▸ Work to complete
Some entries follow. Reproduce exactly the lines starting at the one with "#96=PLANE('',#95);" and stopping after the one with "#111=ORIENTED_EDGE('',*,*,#35,.F.);".

▸ The data
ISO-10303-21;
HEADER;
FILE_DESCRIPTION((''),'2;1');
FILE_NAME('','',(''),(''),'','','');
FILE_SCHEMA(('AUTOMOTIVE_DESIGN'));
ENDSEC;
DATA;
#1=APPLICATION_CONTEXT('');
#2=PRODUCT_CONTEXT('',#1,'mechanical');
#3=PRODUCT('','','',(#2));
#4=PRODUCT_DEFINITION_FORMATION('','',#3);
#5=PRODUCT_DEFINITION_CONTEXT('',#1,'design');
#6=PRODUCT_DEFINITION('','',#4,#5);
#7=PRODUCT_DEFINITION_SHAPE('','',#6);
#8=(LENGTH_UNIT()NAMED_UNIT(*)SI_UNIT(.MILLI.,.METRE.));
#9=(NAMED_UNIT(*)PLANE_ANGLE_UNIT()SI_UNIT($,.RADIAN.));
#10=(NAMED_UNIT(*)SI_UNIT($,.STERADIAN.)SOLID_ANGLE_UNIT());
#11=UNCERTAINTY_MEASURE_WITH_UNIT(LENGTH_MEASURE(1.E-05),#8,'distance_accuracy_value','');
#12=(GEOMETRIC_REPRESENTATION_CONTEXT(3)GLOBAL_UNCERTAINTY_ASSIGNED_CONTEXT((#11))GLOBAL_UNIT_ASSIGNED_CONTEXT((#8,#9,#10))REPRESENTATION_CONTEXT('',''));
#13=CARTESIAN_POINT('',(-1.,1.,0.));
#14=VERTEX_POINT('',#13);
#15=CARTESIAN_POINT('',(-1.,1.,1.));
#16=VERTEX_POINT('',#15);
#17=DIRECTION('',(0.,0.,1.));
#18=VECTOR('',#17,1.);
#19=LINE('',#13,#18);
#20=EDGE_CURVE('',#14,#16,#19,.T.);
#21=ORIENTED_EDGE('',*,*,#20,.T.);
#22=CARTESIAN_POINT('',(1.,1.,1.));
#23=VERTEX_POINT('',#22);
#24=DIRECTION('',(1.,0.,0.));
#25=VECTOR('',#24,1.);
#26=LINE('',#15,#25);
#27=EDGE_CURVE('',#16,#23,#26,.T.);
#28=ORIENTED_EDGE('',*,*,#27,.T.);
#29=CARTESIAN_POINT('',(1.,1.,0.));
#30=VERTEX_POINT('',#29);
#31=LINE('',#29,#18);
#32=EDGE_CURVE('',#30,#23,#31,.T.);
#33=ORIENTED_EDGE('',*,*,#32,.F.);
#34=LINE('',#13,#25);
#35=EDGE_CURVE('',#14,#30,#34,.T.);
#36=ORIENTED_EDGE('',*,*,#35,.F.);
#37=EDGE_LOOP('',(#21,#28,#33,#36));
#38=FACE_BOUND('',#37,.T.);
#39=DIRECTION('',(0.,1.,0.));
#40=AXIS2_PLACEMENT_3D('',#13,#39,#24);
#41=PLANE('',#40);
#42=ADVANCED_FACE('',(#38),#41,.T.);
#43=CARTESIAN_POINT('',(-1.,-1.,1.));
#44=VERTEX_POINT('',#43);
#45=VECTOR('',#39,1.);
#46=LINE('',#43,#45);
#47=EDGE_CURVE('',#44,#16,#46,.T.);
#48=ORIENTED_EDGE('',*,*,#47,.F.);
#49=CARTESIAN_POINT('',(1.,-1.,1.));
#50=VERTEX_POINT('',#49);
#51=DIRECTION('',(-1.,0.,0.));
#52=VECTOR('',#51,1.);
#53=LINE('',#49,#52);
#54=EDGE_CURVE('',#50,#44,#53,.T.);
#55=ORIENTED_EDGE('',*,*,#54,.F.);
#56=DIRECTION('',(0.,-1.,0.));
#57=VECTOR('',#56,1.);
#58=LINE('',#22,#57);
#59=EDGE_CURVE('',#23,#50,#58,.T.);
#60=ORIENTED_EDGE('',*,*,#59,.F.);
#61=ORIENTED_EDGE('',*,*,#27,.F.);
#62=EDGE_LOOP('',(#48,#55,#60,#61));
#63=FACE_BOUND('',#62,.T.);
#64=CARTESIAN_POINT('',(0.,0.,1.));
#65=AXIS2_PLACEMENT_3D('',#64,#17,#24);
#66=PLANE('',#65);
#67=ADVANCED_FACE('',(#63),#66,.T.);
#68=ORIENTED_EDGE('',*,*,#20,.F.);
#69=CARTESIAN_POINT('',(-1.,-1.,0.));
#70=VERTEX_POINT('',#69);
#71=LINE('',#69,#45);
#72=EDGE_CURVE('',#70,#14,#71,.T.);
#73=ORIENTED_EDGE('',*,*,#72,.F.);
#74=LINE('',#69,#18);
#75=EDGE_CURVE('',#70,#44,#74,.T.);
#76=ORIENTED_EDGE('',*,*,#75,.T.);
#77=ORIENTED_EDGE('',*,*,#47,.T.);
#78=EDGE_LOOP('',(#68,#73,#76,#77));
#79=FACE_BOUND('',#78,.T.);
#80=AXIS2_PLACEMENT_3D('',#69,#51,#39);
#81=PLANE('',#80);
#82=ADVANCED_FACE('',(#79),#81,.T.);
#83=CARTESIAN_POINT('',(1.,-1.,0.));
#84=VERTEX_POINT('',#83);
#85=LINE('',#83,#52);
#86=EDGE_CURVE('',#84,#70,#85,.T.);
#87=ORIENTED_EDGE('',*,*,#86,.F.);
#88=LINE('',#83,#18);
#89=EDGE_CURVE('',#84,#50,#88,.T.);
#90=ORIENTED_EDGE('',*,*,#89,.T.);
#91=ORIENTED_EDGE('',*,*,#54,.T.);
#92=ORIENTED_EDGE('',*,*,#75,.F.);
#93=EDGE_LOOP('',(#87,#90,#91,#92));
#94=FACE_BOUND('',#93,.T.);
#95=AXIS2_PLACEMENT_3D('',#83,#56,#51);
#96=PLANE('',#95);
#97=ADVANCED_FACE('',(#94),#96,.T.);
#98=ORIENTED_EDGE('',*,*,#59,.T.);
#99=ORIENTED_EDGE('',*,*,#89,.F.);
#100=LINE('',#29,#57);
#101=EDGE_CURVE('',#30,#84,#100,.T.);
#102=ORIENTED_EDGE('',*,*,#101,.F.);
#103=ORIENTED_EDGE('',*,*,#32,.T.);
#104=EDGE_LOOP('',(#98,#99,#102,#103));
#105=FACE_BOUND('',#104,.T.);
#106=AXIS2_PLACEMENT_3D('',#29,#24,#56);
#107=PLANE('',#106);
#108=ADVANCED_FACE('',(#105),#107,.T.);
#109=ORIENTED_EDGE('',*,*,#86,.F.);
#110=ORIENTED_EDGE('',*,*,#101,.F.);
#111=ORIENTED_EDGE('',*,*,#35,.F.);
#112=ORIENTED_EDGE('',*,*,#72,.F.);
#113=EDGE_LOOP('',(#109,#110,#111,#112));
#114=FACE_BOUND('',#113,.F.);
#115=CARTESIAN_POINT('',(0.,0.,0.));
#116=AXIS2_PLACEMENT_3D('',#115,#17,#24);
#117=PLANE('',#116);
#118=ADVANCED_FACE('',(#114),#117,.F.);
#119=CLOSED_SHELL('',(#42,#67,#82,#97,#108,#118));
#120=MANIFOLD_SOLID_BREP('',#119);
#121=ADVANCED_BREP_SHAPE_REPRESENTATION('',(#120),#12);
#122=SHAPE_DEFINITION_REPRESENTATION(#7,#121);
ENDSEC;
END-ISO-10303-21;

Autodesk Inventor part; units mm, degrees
ref_plane "YZ Plane" through (0, 0, 0) normal (1, 0, 0) x (0, 1, 0)
ref_plane "XZ Plane" through (0, 0, 0) normal (0, 1, 0) x (-1, 0, 0)
ref_plane "XY Plane" through (0, 0, 0) normal (0, 0, 1) x (1, 0, 0)
sketch "FIDUCIAL-1X2, FIDUCIAL1X2_19" plane through (0, 0, 0) normal (0, 0, 1) x (1, 0, 0)
  line L0 (1, -1) -> (-1, -1)
  line L1 (-1, -1) -> (-1, 1)
  line L2 (-1, 1) -> (1, 1)
  line L3 (1, 1) -> (1, -1)
extrude "Extrusion1" add sketch "FIDUCIAL-1X2, FIDUCIAL1X2_19" along normal blind 1
properties part number "FIDUCIAL1X2"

▸ Task output
#96=PLANE('',#95);
#97=ADVANCED_FACE('',(#94),#96,.T.);
#98=ORIENTED_EDGE('',*,*,#59,.T.);
#99=ORIENTED_EDGE('',*,*,#89,.F.);
#100=LINE('',#29,#57);
#101=EDGE_CURVE('',#30,#84,#100,.T.);
#102=ORIENTED_EDGE('',*,*,#101,.F.);
#103=ORIENTED_EDGE('',*,*,#32,.T.);
#104=EDGE_LOOP('',(#98,#99,#102,#103));
#105=FACE_BOUND('',#104,.T.);
#106=AXIS2_PLACEMENT_3D('',#29,#24,#56);
#107=PLANE('',#106);
#108=ADVANCED_FACE('',(#105),#107,.T.);
#109=ORIENTED_EDGE('',*,*,#86,.F.);
#110=ORIENTED_EDGE('',*,*,#101,.F.);
#111=ORIENTED_EDGE('',*,*,#35,.F.);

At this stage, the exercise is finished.